Concurrent sessions multiply the problem. If ten users are each mid-way through a 4096-token conversation with an 8B model, the system needs to hold ten separate KV caches simultaneously. This is why memory planning for LLM serving must account for both per-session cache size and the expected number of concurrent sessions.
OOM kills during long conversations follow a predictable pattern: the process runs fine during short exchanges, then crashes once the context exceeds the point where available RAM is exhausted. On Linux, the OOM killer terminates the process without warning. Proper monitoring of per-process memory consumption and setting explicit context length limits in the inference server configuration are the primary defenses.
Precision, quantization, and KV cache reduction
Quantizing model weights reduces the weight memory footprint but does not directly reduce KV cache size unless KV cache quantization is also applied. Some inference frameworks, including llama.cpp and vLLM, support 8-bit or 4-bit KV cache quantization, which cuts the cache size roughly in half or by 75% at the cost of minor precision loss. This is a practical option for CPU-only deployments where RAM is the binding constraint.
Practical examples
Scenario 1: OOM crash in a self-hosted chatbot
A team deployed an 8B model on a 16GB RAM server with num_ctx set to 8192. Single-user sessions worked fine, but once two users had long simultaneous conversations, the process crashed. The root cause was two KV caches each approaching 2GB. Reducing num_ctx to 4096 and enabling KV cache quantization brought peak usage under 2GB total, resolving the crashes.
Scenario 2: Latency spikes from prefix cache misses
A document Q&A system prepended a 2000-token system prompt to every request. Without prefix caching, the model recomputed the KV cache for those 2000 tokens on every call. Enabling prefix caching in vLLM allowed the server to reuse the cached keys and values for the shared prefix, cutting time-to-first-token by 40% under load.

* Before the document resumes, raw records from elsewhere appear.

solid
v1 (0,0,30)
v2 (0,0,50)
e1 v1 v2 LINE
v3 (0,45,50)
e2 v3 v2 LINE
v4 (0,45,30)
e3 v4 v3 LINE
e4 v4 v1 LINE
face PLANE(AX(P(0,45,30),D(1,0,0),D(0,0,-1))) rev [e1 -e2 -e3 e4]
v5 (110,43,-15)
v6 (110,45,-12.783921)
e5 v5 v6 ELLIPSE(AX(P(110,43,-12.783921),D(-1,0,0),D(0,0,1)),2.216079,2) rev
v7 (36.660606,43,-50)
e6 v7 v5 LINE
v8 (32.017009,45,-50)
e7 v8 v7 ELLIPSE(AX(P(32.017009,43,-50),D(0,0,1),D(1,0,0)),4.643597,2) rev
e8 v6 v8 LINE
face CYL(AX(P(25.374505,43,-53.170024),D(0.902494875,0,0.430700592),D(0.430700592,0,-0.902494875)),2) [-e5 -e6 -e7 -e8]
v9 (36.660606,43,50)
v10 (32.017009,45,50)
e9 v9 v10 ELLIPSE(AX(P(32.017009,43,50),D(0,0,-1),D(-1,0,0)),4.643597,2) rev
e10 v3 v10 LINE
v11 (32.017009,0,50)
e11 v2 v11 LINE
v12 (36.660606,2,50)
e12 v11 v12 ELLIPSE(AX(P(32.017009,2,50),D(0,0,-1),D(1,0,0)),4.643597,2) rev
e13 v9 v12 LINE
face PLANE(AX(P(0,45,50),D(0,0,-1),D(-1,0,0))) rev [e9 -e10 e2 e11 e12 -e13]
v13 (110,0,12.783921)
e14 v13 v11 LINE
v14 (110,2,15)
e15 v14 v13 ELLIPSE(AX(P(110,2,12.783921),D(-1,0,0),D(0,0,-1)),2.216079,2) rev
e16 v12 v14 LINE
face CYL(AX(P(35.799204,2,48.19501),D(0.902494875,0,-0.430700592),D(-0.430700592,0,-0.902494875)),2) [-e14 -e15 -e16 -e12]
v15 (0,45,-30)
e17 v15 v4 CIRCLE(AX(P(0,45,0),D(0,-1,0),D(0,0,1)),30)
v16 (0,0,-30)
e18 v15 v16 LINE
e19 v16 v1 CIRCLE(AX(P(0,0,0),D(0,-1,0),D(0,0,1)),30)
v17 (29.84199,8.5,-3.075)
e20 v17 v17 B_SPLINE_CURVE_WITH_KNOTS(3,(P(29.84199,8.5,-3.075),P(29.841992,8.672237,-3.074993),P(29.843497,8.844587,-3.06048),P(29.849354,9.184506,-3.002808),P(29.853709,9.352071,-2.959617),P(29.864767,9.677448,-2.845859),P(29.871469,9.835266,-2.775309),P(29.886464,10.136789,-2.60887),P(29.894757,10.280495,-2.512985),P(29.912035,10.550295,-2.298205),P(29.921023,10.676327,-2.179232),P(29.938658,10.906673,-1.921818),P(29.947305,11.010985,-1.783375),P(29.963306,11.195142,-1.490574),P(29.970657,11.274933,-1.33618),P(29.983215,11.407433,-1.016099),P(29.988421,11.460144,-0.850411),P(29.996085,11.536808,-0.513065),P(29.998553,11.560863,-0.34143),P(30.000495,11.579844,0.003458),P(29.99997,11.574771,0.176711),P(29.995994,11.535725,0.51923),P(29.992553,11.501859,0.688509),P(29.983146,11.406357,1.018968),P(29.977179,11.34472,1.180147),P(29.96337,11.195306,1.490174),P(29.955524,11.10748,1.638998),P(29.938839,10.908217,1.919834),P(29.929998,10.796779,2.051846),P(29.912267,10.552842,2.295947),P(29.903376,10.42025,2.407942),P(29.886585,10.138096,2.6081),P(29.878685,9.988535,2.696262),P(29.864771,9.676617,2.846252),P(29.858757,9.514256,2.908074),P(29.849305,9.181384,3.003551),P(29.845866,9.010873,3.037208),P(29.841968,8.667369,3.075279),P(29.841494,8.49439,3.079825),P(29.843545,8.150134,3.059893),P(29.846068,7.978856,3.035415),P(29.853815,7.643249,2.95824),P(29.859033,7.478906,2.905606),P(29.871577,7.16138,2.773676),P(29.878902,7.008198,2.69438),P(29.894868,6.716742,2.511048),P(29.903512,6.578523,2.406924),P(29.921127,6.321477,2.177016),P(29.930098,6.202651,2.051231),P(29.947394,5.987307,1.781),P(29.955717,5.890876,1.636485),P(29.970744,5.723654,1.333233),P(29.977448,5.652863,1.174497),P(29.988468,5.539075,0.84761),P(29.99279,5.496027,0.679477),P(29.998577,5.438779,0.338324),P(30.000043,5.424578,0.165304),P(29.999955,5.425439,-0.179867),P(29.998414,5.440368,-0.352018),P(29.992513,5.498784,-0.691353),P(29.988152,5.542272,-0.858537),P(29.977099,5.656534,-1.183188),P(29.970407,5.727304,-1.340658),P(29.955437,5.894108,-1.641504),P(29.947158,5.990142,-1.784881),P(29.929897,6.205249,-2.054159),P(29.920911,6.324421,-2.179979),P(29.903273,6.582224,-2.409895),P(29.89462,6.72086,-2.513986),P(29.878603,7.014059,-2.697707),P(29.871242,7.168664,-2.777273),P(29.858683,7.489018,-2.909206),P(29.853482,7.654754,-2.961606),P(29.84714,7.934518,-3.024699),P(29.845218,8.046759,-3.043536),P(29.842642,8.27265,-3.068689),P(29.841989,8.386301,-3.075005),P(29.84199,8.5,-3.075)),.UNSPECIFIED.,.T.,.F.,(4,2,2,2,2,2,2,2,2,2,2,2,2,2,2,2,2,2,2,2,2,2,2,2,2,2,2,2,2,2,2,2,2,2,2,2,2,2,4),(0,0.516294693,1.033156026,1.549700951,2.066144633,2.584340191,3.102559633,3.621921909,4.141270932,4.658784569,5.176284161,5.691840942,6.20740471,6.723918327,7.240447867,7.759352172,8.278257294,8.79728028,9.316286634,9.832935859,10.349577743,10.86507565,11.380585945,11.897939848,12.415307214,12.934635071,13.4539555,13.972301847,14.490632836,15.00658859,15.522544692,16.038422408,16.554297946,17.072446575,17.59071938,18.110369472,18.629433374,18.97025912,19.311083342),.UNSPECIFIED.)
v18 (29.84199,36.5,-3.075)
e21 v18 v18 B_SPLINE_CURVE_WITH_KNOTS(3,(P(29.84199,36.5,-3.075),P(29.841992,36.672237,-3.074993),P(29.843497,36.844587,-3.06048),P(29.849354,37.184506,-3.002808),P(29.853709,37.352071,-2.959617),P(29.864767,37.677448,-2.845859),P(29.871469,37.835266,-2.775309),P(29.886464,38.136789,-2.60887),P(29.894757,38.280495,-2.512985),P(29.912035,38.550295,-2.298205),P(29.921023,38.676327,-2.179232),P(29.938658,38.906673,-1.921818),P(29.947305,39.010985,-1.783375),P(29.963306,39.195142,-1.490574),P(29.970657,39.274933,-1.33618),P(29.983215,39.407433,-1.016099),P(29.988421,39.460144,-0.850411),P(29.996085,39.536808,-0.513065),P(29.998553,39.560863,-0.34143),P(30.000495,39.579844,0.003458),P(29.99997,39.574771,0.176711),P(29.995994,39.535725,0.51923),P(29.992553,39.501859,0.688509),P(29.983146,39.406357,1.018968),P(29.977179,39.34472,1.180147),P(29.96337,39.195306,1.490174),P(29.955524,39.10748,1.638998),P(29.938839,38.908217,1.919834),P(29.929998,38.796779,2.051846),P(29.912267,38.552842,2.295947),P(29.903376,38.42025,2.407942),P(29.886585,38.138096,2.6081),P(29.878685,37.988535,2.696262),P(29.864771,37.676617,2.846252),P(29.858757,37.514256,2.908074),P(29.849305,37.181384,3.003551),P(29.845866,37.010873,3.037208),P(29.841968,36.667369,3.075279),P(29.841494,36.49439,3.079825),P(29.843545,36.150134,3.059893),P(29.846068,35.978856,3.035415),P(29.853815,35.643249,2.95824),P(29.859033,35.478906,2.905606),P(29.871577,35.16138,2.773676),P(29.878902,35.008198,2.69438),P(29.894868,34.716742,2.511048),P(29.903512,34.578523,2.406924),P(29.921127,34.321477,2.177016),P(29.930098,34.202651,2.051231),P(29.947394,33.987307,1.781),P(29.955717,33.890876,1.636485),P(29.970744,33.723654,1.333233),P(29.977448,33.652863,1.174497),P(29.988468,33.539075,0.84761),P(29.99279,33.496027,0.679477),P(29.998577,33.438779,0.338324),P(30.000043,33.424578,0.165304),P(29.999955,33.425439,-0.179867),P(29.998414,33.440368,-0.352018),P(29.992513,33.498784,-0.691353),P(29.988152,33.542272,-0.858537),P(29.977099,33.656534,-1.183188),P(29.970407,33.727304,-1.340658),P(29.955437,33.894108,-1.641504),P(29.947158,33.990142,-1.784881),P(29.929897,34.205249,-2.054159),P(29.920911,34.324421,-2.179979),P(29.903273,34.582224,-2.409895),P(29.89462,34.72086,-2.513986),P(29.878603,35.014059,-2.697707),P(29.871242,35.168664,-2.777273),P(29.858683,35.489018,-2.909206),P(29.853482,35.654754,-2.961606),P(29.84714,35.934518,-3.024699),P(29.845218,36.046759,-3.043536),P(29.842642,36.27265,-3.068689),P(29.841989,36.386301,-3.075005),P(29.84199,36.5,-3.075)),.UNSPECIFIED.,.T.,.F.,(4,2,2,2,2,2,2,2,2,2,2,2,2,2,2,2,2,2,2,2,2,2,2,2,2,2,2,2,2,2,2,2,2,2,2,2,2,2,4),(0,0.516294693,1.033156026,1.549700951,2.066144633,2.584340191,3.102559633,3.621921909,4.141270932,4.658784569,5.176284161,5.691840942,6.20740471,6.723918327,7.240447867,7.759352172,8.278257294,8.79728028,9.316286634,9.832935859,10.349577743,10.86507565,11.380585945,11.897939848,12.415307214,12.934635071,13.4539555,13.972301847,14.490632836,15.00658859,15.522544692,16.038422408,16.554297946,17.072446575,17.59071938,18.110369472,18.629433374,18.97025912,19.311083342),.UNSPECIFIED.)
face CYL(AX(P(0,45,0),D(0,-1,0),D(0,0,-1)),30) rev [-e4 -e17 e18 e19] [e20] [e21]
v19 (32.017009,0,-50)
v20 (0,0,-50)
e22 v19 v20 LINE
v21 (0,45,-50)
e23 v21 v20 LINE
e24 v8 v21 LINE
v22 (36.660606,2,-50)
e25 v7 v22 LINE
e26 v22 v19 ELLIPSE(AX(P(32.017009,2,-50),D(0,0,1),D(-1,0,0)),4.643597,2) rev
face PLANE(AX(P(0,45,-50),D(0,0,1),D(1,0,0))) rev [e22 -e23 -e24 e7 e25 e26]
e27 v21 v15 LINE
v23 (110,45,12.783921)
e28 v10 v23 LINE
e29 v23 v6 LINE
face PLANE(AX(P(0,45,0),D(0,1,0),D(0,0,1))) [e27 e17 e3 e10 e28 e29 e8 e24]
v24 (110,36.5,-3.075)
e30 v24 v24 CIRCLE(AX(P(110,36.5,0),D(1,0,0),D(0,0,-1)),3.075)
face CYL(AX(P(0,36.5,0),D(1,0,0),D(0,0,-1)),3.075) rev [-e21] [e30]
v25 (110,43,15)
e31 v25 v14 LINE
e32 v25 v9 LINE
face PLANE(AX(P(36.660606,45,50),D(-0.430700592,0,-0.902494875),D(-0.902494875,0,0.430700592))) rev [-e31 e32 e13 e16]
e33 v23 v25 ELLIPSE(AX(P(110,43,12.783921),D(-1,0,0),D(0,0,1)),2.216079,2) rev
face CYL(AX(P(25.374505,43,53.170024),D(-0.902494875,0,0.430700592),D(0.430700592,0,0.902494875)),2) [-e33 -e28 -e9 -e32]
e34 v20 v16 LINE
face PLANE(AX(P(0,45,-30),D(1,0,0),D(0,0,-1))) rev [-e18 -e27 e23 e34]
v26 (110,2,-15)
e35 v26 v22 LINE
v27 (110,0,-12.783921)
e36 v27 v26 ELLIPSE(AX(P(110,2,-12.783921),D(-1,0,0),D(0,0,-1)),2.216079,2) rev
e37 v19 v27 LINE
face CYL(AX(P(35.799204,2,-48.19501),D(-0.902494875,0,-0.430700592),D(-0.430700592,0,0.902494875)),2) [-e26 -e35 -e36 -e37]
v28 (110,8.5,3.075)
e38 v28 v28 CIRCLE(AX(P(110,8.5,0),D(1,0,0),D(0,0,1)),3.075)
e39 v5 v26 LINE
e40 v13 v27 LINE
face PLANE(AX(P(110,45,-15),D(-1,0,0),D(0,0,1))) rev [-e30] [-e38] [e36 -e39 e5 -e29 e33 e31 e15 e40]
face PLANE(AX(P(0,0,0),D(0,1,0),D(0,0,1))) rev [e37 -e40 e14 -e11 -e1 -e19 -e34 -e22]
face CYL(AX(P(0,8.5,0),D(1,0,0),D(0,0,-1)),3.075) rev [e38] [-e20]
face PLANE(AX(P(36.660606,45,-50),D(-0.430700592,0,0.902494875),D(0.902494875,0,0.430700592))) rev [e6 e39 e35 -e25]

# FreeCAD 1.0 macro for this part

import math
import FreeCAD as App
import Part
import Sketcher

V = App.Vector
Q = App.Units.Quantity


def edges_at(feature, points):
    """Names of the edges that pass closest to the given points."""
    edges = feature.Shape.Edges
    near = lambda p: min(range(len(edges)), key=lambda i: edges[i].distToShape(Part.Vertex(*p))[0])
    return sorted({f"Edge{near(p) + 1}" for p in points})

doc = App.newDocument("Part")
params = doc.addObject("Spreadsheet::Sheet", "Params")
for row, (alias, value) in enumerate([
    ("sketch1_radius", "30 mm"),
    ("sketch1_height", "20 mm"),
    ("sketch1_height2", "30 mm"),
    ("pad1_length", "45 mm"),
    ("sketch2_diameter", "6.15 mm"),
    ("fillet_radius", "2 mm"),
], start=1):
    params.set(f"A{row}", alias)
    params.set(f"B{row}", "=" + value)
    params.setAlias(f"B{row}", alias)

body = doc.addObject("PartDesign::Body", "Body")

# Sketch on XZ plane
sketch1 = doc.addObject("Sketcher::SketchObject", "Sketch")
body.addObject(sketch1)
sketch1.AttachmentSupport = (doc.XZ_Plane, [""])
sketch1.MapMode = "FlatFace"
sketch1.addGeometry([
    Part.LineSegment(V(0, -50, 0), V(0, -30, 0)),  # 0
    Part.ArcOfCircle(Part.Circle(V(0, 0, 0), V(0, 0, 1), 30), math.radians(-90), math.radians(90)),  # 1
    Part.LineSegment(V(0, 30, 0), V(0, 50, 0)),  # 2
    Part.LineSegment(V(0, 50, 0), V(36.660606, 50, 0)),  # 3
    Part.LineSegment(V(36.660606, 50, 0), V(110, 15, 0)),  # 4
    Part.LineSegment(V(110, 15, 0), V(110, -15, 0)),  # 5
    Part.LineSegment(V(110, -15, 0), V(36.660606, -50, 0)),  # 6
    Part.LineSegment(V(36.660606, -50, 0), V(0, -50, 0)),  # 7
], False)
sketch1.addConstraint([
    Sketcher.Constraint("Coincident", 0, 2, 1, 1),
    Sketcher.Constraint("Coincident", 1, 2, 2, 1),
    Sketcher.Constraint("Coincident", 2, 2, 3, 1),
    Sketcher.Constraint("Coincident", 3, 2, 4, 1),
    Sketcher.Constraint("Coincident", 4, 2, 5, 1),
    Sketcher.Constraint("Coincident", 5, 2, 6, 1),
    Sketcher.Constraint("Coincident", 6, 2, 7, 1),
    Sketcher.Constraint("Coincident", 7, 2, 0, 1),
    Sketcher.Constraint("Vertical", 0),
    Sketcher.Constraint("Vertical", 2),
    Sketcher.Constraint("Horizontal", 3),
    Sketcher.Constraint("Vertical", 5),
    Sketcher.Constraint("Horizontal", 7),
    Sketcher.Constraint("Coincident", 1, 3, -1, 1),
    Sketcher.Constraint("Symmetric", 2, 2, 7, 2, -1, 1),
    Sketcher.Constraint("PointOnObject", 0, 2, -2),
    Sketcher.Constraint("Vertical", 3, 2, 6, 2),
    Sketcher.Constraint("Equal", 4, 6),
    Sketcher.Constraint("Radius", 1, Q("30 mm")),
    Sketcher.Constraint("DistanceY", 0, 1, 0, 2, Q("20 mm")),
    Sketcher.Constraint("DistanceY", 5, 2, 5, 1, Q("30 mm")),
    Sketcher.Constraint("DistanceX", -1, 1, 4, 2, Q("110 mm")),
    Sketcher.Constraint("Distance", 4, Q("81.262948 mm")),
])
sketch1.setExpression("Constraints[18]", "Params.sketch1_radius")
sketch1.setExpression("Constraints[19]", "Params.sketch1_height")
sketch1.setExpression("Constraints[20]", "Params.sketch1_height2")
pad1 = doc.addObject("PartDesign::Pad", "Pad")
body.addObject(pad1)
pad1.Profile = sketch1
pad1.setExpression("Length", "Params.pad1_length")
pad1.Reversed = True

Scenario 3: Capacity planning for concurrent users
An engineering team needed to support 50 concurrent users on a 70B model with a 4096-token context window. Calculating KV cache size per session at float16 precision showed each session would consume roughly 3.5GB. Supporting 50 sessions would require 175GB of memory just for KV caches, far exceeding available hardware. The team shifted to a GQA-based model variant, reducing per-session KV cache to under 1GB and making the deployment feasible on four 48GB GPU nodes.
Scenario 4: Context window tuning for a coding assistant
A development team running a local coding assistant found that setting num_ctx to 16384 caused the inference process to consume 6GB of RAM before generation began on an 8B model. Profiling confirmed KV cache was the primary consumer. Reducing num_ctx to 8192 halved the baseline memory cost and allowed other system processes to run without contention.
Why it matters
- KV cache size is the primary RAM constraint in LLM inference deployments, not model weights alone.

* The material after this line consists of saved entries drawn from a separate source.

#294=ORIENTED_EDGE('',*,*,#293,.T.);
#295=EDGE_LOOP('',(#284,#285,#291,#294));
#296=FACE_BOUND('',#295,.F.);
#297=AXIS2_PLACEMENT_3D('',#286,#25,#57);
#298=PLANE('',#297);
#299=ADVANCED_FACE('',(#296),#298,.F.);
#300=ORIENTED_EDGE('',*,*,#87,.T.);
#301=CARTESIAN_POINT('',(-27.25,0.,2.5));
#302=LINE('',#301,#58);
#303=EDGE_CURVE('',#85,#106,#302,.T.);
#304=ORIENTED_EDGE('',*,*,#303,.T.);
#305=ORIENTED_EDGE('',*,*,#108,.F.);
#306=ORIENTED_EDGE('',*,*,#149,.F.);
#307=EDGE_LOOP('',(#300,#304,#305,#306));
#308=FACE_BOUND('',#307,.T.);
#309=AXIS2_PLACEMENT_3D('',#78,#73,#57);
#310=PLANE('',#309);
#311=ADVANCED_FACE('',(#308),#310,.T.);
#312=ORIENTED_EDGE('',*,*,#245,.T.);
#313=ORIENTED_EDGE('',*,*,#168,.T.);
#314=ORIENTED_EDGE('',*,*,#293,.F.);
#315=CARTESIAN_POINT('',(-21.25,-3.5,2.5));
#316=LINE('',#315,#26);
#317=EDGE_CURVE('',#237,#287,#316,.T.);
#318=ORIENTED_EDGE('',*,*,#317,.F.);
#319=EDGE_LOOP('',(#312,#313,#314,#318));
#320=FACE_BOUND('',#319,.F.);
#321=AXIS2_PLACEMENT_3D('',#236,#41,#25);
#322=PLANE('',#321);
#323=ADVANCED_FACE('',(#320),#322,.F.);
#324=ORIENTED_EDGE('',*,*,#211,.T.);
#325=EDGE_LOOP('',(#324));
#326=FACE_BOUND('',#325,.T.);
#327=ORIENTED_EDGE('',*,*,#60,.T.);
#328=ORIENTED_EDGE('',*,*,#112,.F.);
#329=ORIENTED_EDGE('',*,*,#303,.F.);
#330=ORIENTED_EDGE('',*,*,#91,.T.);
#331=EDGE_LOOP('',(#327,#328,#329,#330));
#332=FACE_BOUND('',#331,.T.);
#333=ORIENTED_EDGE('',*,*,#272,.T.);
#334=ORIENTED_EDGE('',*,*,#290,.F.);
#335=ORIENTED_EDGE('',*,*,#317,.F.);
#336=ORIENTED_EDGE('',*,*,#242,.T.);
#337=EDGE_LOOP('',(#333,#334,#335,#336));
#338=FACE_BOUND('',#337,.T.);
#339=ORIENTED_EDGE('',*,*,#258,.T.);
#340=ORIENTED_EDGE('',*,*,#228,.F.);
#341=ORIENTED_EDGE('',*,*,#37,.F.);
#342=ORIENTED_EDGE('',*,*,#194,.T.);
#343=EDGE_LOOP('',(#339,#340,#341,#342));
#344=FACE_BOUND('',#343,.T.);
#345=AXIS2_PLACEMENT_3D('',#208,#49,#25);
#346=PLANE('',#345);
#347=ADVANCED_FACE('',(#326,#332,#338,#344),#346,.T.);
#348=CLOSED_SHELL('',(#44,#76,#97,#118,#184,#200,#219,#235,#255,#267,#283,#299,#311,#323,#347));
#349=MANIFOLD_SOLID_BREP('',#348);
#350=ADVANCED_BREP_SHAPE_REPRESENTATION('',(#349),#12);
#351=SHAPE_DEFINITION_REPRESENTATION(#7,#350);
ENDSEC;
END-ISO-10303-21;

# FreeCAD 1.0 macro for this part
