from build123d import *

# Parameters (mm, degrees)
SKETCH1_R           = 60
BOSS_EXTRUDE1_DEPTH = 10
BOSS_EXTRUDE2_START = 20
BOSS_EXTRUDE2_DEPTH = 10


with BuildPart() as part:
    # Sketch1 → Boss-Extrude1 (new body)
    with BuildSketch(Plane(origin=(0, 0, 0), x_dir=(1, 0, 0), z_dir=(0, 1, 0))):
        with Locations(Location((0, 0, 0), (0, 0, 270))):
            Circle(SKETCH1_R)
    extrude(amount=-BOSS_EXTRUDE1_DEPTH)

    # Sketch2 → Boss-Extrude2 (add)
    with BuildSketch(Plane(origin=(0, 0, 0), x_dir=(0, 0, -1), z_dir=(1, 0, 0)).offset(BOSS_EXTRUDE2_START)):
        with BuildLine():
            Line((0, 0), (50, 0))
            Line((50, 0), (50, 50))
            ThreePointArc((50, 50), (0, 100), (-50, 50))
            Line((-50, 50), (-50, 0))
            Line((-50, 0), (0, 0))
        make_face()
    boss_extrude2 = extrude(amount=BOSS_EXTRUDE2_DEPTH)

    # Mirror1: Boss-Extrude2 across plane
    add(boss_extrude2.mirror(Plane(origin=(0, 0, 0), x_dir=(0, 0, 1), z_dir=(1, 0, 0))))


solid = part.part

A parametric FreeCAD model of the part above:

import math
import FreeCAD as App
import Part
import Sketcher
Q = App.Units.Quantity

doc = App.newDocument("Part")
body = doc.addObject("PartDesign::Body", "Body")

sketch1 = body.newObject("Sketcher::SketchObject", "Sketch")
sketch1.AttachmentSupport = (doc.getObject("XZ_Plane"), [""])
sketch1.MapMode = "FlatFace"
sketch1.addGeometry(Part.Circle(App.Vector(0, 0, 0), App.Vector(0, 0, 1), 60), False)
sketch1.addConstraint([
    Sketcher.Constraint("Coincident", 0, 3, -1, 1),
    Sketcher.Constraint("Diameter", 0, Q("120 mm")),
])
pad1 = body.newObject("PartDesign::Pad", "Pad")
pad1.Profile = sketch1
pad1.Length = 10

sketch2 = body.newObject("Sketcher::SketchObject", "Sketch001")
sketch2.AttachmentSupport = (doc.getObject("YZ_Plane"), [""])
sketch2.MapMode = "FlatFace"
sketch2.AttachmentOffset = App.Placement(App.Vector(0, 0, 20), App.Rotation())
sketch2.addGeometry([
    Part.LineSegment(App.Vector(0, -50, 0), App.Vector(50, -50, 0)),
    Part.ArcOfCircle(Part.Circle(App.Vector(50, 0, 0), App.Vector(0, 0, 1), 50), math.radians(-90), math.radians(90)),
    Part.LineSegment(App.Vector(50, 50, 0), App.Vector(0, 50, 0)),
    Part.LineSegment(App.Vector(0, 50, 0), App.Vector(0, -50, 0)),
], False)
sketch2.addConstraint([
    Sketcher.Constraint("Tangent", 0, 2, 1, 1),
    Sketcher.Constraint("Tangent", 1, 2, 2, 1),
    Sketcher.Constraint("Coincident", 2, 2, 3, 1),
    Sketcher.Constraint("Coincident", 3, 2, 0, 1),
    Sketcher.Constraint("Horizontal", 0),
    Sketcher.Constraint("Horizontal", 2),
    Sketcher.Constraint("Vertical", 3),
    Sketcher.Constraint("Symmetric", 2, 2, 3, 2, -1, 1),
    Sketcher.Constraint("Radius", 1, Q("50 mm")),
    Sketcher.Constraint("DistanceX", 0, 1, 0, 2, Q("50 mm")),
])
pad2 = body.newObject("PartDesign::Pad", "Pad001")
pad2.Profile = sketch2
pad2.Length = 10
doc.recompute()

mirrored = body.newObject("PartDesign::Mirrored", "Mirrored")
mirrored.Originals = [pad2]
mirrored.MirrorPlane = (doc.getObject("YZ_Plane"), [""])
body.Tip = mirrored

doc.recompute()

- Doubling the context window doubles the KV cache memory footprint, which directly affects how many concurrent sessions a server can support.
- OOM failures during long conversations are almost always caused by KV cache growth, not by the model itself consuming more memory.
- Prefix caching and KV cache quantization are concrete techniques that reduce memory pressure and improve inference latency at the same time.
- Engineers must account for KV cache size per session multiplied by expected concurrency when sizing infrastructure for LLM workloads.
- Model architecture choices such as grouped-query attention have a direct and measurable impact on KV cache size, making architecture selection a capacity planning decision.